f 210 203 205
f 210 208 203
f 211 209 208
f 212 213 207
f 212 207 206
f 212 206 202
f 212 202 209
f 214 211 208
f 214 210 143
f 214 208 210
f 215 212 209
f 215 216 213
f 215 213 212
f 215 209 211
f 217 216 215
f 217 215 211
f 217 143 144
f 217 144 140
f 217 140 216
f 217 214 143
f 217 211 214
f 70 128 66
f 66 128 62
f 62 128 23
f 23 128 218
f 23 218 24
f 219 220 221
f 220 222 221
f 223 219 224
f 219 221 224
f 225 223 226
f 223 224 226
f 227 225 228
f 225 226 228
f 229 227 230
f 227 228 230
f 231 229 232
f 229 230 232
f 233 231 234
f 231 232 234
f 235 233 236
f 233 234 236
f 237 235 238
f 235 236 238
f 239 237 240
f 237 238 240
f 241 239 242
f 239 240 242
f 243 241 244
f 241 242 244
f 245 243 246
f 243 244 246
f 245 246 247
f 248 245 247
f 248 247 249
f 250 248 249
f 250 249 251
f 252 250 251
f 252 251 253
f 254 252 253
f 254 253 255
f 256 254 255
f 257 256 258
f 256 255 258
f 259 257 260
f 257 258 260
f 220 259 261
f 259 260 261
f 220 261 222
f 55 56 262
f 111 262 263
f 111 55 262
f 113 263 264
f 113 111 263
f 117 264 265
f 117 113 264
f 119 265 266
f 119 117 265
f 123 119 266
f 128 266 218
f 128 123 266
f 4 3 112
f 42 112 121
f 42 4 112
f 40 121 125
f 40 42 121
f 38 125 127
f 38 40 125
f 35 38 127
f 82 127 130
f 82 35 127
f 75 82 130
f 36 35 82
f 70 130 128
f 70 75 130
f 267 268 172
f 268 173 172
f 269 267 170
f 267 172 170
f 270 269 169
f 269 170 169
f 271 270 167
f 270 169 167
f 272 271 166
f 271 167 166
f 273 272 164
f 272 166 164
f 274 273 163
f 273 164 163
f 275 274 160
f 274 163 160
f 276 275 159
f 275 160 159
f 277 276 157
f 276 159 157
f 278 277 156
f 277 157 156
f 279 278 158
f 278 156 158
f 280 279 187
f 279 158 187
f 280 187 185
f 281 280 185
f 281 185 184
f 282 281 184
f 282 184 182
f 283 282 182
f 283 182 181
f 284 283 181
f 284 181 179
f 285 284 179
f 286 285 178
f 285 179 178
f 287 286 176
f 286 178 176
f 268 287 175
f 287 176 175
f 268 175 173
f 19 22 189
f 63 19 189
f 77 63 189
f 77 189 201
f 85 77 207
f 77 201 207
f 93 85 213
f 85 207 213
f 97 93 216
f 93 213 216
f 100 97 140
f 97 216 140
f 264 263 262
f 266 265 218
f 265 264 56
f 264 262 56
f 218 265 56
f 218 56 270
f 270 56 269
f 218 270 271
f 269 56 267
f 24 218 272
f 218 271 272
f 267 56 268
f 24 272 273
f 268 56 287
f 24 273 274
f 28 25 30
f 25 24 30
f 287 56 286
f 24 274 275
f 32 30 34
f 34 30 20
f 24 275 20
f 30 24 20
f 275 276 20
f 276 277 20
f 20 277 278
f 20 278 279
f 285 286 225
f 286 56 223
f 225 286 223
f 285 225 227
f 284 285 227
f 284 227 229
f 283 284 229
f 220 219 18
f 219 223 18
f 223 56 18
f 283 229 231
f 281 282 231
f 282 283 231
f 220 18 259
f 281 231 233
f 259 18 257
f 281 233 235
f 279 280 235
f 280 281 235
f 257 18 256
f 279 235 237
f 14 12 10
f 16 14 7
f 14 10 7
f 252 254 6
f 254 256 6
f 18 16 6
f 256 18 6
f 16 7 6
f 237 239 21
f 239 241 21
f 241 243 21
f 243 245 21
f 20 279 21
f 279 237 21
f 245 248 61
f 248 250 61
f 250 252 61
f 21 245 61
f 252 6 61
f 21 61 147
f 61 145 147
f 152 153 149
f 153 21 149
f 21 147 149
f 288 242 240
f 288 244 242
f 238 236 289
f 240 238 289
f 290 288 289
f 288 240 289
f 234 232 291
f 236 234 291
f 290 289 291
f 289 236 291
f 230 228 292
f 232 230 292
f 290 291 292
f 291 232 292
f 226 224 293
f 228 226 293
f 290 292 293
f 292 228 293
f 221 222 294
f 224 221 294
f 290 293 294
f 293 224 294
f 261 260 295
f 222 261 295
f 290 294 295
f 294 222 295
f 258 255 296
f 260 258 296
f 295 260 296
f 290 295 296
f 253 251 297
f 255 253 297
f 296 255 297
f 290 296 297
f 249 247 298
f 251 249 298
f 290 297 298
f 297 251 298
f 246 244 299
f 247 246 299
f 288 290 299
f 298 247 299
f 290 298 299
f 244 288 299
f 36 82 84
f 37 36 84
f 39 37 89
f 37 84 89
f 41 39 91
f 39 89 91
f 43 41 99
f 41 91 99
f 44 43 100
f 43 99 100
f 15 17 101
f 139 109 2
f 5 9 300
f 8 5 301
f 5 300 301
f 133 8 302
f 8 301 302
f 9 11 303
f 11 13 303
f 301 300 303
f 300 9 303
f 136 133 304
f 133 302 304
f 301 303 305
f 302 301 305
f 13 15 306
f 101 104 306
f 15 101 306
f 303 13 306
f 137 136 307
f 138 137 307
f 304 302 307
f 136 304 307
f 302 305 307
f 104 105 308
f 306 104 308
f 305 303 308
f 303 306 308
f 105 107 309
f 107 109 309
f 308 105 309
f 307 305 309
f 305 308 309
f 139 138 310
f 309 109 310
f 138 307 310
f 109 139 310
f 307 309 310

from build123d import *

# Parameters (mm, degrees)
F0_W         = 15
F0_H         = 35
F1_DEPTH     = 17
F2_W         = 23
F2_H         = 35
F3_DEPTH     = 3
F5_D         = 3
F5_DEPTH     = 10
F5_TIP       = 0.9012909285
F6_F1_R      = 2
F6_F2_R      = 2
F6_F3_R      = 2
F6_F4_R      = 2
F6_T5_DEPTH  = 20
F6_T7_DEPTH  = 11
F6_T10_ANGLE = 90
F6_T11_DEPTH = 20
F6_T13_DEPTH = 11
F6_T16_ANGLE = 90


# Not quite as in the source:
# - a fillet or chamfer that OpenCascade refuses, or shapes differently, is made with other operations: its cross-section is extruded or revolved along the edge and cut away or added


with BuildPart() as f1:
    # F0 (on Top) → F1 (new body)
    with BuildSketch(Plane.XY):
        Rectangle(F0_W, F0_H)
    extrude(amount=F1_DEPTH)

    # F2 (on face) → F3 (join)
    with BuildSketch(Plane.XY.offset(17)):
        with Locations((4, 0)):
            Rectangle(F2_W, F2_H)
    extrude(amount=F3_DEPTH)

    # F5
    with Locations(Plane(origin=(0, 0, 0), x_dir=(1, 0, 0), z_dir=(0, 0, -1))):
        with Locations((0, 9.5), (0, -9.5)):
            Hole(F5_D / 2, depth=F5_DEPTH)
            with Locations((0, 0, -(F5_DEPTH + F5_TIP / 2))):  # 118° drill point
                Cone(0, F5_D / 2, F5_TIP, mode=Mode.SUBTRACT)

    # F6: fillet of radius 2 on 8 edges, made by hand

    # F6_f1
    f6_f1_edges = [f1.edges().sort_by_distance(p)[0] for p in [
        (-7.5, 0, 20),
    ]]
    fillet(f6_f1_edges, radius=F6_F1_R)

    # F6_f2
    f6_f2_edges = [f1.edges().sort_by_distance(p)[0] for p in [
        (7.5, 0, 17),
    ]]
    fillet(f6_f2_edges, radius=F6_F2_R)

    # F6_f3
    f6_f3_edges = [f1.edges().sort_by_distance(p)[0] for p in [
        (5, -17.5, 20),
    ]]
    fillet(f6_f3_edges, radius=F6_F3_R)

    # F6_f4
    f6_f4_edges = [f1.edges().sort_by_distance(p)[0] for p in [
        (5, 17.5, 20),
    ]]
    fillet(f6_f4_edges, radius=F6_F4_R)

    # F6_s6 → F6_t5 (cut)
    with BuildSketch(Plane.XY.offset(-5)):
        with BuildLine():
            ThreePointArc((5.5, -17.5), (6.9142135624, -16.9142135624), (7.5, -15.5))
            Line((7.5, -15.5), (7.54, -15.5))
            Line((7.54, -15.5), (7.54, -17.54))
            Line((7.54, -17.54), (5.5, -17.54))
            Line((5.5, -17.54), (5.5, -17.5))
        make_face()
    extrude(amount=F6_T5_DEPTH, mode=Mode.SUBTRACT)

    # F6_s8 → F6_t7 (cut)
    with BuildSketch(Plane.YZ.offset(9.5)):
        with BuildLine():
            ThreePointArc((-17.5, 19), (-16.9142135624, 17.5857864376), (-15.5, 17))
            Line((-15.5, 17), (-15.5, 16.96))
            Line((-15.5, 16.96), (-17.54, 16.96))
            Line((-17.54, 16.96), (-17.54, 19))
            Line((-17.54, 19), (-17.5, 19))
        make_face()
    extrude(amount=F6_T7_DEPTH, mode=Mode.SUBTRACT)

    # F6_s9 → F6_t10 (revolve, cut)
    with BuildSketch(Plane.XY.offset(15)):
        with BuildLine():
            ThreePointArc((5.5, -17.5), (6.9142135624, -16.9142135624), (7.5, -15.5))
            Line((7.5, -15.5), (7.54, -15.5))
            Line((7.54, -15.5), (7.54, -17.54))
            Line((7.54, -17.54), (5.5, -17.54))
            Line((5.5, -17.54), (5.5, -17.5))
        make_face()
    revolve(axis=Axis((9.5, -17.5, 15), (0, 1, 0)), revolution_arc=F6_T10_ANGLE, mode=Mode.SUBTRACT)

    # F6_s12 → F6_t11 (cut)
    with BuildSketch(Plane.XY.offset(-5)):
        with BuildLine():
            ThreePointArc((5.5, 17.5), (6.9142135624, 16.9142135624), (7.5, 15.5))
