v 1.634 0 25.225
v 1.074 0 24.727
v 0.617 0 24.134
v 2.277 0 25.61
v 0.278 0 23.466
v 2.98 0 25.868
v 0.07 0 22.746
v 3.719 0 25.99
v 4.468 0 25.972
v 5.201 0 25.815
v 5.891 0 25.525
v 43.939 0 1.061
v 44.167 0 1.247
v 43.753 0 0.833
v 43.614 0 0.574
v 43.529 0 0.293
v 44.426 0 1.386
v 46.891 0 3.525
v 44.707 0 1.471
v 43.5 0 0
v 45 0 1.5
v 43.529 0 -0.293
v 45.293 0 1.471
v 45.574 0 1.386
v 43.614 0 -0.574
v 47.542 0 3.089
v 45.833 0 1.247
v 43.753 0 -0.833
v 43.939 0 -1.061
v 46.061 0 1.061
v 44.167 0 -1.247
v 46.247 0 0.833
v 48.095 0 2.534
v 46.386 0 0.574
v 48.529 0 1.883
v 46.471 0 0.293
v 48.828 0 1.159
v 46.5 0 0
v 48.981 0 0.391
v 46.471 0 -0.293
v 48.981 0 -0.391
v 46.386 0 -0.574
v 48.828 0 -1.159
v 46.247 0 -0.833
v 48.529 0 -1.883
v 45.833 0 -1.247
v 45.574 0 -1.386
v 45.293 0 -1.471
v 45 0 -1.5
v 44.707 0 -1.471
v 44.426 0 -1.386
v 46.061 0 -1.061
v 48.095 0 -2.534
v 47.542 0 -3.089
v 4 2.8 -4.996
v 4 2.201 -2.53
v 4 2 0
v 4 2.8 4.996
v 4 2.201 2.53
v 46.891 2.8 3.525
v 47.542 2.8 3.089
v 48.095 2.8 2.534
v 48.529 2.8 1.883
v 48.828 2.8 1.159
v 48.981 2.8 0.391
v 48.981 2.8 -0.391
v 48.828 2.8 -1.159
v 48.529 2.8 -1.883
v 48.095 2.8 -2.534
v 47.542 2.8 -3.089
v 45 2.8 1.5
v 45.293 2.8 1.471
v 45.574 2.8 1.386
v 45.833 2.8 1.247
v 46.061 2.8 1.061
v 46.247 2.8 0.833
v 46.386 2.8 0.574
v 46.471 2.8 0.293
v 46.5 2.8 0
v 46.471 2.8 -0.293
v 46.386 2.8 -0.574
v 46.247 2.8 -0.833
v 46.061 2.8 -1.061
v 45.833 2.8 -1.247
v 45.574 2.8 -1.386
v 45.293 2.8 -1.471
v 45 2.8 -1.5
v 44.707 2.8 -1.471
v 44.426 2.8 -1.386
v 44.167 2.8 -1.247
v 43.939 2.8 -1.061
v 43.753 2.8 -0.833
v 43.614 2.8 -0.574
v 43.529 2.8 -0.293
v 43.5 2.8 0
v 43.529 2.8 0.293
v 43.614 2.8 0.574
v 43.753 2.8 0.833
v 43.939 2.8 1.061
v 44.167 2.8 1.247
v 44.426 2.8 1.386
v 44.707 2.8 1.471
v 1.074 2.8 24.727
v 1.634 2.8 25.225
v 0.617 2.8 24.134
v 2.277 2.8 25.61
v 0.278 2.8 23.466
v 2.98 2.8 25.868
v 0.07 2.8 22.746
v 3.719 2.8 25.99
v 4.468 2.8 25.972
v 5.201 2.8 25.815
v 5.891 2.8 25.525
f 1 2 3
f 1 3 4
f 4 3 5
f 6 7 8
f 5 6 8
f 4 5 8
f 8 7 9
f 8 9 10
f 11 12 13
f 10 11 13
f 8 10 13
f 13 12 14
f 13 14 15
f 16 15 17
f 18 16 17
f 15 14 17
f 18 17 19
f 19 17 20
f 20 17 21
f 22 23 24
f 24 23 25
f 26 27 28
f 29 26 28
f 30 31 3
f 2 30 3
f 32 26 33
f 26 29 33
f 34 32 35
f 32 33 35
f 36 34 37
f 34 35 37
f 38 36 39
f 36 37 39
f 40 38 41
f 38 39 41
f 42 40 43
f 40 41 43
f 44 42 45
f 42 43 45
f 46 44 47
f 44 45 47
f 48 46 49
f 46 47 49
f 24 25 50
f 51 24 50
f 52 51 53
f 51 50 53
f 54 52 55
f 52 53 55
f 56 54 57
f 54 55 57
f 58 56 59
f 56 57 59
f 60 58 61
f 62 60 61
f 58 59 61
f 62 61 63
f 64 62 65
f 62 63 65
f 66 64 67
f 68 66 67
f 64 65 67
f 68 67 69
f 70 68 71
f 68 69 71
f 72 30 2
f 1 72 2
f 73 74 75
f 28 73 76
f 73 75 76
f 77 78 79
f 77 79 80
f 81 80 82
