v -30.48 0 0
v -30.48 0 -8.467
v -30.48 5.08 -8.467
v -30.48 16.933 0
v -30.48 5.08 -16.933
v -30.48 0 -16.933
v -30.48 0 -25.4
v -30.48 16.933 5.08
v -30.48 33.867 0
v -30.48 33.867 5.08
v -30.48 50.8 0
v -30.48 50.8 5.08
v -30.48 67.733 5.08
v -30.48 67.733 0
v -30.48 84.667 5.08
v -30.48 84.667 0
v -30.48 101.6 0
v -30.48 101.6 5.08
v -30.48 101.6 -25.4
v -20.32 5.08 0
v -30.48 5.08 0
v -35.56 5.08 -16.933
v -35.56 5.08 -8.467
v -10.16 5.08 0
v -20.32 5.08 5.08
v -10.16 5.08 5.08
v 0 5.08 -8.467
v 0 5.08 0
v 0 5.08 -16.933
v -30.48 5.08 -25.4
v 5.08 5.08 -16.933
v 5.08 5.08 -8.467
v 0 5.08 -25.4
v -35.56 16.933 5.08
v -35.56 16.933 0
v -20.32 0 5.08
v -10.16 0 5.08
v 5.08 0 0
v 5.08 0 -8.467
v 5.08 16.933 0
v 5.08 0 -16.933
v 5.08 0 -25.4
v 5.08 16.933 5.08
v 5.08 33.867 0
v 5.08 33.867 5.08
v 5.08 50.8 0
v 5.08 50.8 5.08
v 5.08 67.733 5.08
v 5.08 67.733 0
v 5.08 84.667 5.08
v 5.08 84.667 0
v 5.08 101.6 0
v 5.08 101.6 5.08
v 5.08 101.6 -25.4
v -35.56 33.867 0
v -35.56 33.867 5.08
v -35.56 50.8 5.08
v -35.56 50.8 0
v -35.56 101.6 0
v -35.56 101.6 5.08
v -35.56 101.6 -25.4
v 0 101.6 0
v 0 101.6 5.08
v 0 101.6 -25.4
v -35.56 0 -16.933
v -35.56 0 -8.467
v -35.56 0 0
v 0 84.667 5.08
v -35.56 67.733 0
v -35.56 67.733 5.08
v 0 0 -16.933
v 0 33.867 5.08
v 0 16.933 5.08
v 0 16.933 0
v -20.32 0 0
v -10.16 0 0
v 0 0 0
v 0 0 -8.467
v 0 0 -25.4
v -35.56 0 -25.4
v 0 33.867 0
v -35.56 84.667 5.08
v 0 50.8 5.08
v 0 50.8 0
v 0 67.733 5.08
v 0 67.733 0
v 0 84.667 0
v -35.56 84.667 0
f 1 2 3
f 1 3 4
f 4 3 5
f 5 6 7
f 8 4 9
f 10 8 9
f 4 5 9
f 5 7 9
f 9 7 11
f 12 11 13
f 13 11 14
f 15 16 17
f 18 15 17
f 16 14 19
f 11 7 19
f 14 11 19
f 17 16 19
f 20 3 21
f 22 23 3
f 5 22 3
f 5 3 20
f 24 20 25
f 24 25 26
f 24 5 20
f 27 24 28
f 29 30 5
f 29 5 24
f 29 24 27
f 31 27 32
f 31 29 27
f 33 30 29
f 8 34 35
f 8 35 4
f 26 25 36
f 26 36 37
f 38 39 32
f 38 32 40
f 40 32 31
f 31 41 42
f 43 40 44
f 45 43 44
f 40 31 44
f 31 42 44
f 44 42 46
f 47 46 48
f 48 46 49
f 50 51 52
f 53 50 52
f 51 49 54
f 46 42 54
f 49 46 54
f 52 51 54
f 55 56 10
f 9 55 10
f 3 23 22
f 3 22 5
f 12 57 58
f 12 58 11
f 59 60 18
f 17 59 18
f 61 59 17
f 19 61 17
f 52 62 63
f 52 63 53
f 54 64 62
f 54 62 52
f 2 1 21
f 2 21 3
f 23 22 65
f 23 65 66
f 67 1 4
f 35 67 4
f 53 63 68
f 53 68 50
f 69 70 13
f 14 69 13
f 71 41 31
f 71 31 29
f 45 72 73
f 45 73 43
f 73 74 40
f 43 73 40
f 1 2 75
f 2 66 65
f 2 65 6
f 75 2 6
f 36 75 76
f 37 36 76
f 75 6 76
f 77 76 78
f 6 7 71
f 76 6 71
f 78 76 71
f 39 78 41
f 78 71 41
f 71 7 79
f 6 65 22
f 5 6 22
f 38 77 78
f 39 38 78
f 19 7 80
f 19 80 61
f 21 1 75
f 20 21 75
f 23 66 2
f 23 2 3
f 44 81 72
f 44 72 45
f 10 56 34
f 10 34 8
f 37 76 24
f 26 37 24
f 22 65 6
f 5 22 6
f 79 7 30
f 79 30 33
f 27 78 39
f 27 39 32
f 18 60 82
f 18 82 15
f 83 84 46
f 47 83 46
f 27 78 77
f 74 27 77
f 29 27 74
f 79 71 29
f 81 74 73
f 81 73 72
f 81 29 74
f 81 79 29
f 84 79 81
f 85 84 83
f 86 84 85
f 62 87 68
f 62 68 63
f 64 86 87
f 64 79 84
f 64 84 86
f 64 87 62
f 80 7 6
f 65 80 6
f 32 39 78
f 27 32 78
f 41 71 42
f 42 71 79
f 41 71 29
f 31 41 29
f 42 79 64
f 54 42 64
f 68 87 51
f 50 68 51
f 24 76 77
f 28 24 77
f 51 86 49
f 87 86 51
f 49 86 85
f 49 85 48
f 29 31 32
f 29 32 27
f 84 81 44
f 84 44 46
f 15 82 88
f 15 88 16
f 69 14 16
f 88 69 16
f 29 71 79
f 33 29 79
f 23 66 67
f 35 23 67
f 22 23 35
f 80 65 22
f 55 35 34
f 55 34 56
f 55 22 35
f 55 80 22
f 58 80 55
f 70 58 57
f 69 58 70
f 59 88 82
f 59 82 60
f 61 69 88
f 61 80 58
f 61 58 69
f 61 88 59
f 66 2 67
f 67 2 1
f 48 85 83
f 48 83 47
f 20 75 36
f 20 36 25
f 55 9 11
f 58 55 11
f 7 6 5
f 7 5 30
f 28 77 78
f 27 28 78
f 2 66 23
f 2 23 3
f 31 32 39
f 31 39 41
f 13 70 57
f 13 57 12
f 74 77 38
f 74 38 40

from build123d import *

# Parameters (mm, degrees)
SKETCH1_W           = 30.48
SKETCH1_H           = 25.4
BOSS_EXTRUDE1_DEPTH = 5.08
SKETCH2_W           = 8.466666666
SKETCH2_H           = 5.08
BOSS_EXTRUDE2_DEPTH = 5.08
SKETCH3_W           = 8.466666666
SKETCH3_H           = 5.08
BOSS_EXTRUDE3_DEPTH = 5.08
SKETCH4_W           = 25.4
SKETCH4_H           = 101.6
BOSS_EXTRUDE4_DEPTH = 5.08
SKETCH5_W           = 5.08
SKETCH5_H           = 8.466666666
CUT_EXTRUDE1_DEPTH  = 5.08
CIRPATTERN1_COUNT   = 2
SKETCH6_W           = 10.16
SKETCH6_H           = 5.08
BOSS_EXTRUDE5_DEPTH = 5.08
SKETCH7_W           = 5.08
SKETCH7_H           = 16.933333334
SKETCH7_H_2         = 16.933333333
BOSS_EXTRUDE6_DEPTH = 5.08
SKETCH8_W           = 5.08
SKETCH8_H           = 16.933333334
SKETCH8_H_2         = 16.933333333
BOSS_EXTRUDE7_DEPTH = 5.08


with BuildPart() as part:
    # Sketch1 → Boss-Extrude1 (new body)
    with BuildSketch(Plane(origin=(0, 0, 0), x_dir=(1, 0, 0), z_dir=(0, 1, 0))):
        with Locations((-15.24, 12.7)):
            Rectangle(SKETCH1_W, SKETCH1_H)
    extrude(amount=BOSS_EXTRUDE1_DEPTH)

    # Sketch2 → Boss-Extrude2 (add)
    with BuildSketch(Plane(origin=(0, 0, 0), x_dir=(0, 0, -1), z_dir=(1, 0, 0))):
        with Locations((12.7, 2.54)):
            Rectangle(SKETCH2_W, SKETCH2_H)
    extrude(amount=BOSS_EXTRUDE2_DEPTH)

    # Sketch3 → Boss-Extrude3 (add)
    with BuildSketch(Plane.ZY.offset(30.48)):
        with Locations((-12.7, 2.54)):
            Rectangle(SKETCH3_W, SKETCH3_H)
    extrude(amount=BOSS_EXTRUDE3_DEPTH)

    # Sketch6 → Boss-Extrude5 (add)
    with BuildSketch(Plane.XY):
        with Locations((-15.24, 2.54)):
            Rectangle(SKETCH6_W, SKETCH6_H)
    extrude(amount=BOSS_EXTRUDE5_DEPTH)


with BuildPart() as body_2:
    # Sketch4 → Boss-Extrude4 (new body)
    with BuildSketch(Plane(origin=(5.08, 0, 0), x_dir=(0, 0, -1), z_dir=(1, 0, 0))):
        with Locations((12.7, 50.8)):
            Rectangle(SKETCH4_W, SKETCH4_H)
    extrude(amount=BOSS_EXTRUDE4_DEPTH)

    # Sketch5 → Cut-Extrude1 (cut)
    with BuildSketch(Plane(origin=(0, 0, 0), x_dir=(-1, 0, 0), z_dir=(0, -1, 0))):
        with Locations((-7.62, 12.7)):
            Rectangle(SKETCH5_W, SKETCH5_H)
    extrude(amount=-CUT_EXTRUDE1_DEPTH, mode=Mode.SUBTRACT)


with BuildPart() as body_2_1:
    # Body-Move/Copy1: read off the stored shape, not the designer's step
    # Body-Move/Copy1: moved
    add(body_2.part.moved(Location((-5.08, 0, 0))))


with BuildPart() as cirpattern1_1:
    # CirPattern1: pattern copy
    add(body_2_1.part.rotate(Axis((-15.24, 0, -12.7), (0, 1, 0)), 1 * 360 / CIRPATTERN1_COUNT))

    # Sketch7 → Boss-Extrude6 (add)
    with BuildSketch(Plane.XY):
        with Locations((-33.02, 25.4)):
            Rectangle(SKETCH7_W, SKETCH7_H)
        with Locations((-33.02, 59.266666667)):
            Rectangle(SKETCH7_W, SKETCH7_H_2)
        with Locations((-33.02, 93.133333334)):
            Rectangle(SKETCH7_W, SKETCH7_H_2)
    extrude(amount=BOSS_EXTRUDE6_DEPTH)


with BuildPart() as body_2_2:
    add(body_2_1.part)

    # Sketch8 → Boss-Extrude7 (add)
    with BuildSketch(Plane.XY):
        with Locations((2.54, 25.4)):
            Rectangle(SKETCH8_W, SKETCH8_H)
        with Locations((2.54, 59.266666667)):
            Rectangle(SKETCH8_W, SKETCH8_H_2)
        with Locations((2.54, 93.133333334)):
            Rectangle(SKETCH8_W, SKETCH8_H_2)
    extrude(amount=BOSS_EXTRUDE7_DEPTH)


solid = Compound([part.part, cirpattern1_1.part, body_2_2.part])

+ + + +

**Work to complete:** Taking the records from the top, repeat each line exactly until you have repeated the line that contains "f 229 227 230".

**Answer section:**
f 210 203 205
f 210 208 203
f 211 209 208
f 212 213 207
f 212 207 206
f 212 206 202
f 212 202 209
f 214 211 208
f 214 210 143
f 214 208 210
f 215 212 209
f 215 216 213
f 215 213 212
f 215 209 211
f 217 216 215
f 217 215 211
f 217 143 144
f 217 144 140
f 217 140 216
f 217 214 143
f 217 211 214
f 70 128 66
f 66 128 62
f 62 128 23
f 23 128 218
f 23 218 24
f 219 220 221
f 220 222 221
f 223 219 224
f 219 221 224
f 225 223 226
f 223 224 226
f 227 225 228
f 225 226 228
f 229 227 230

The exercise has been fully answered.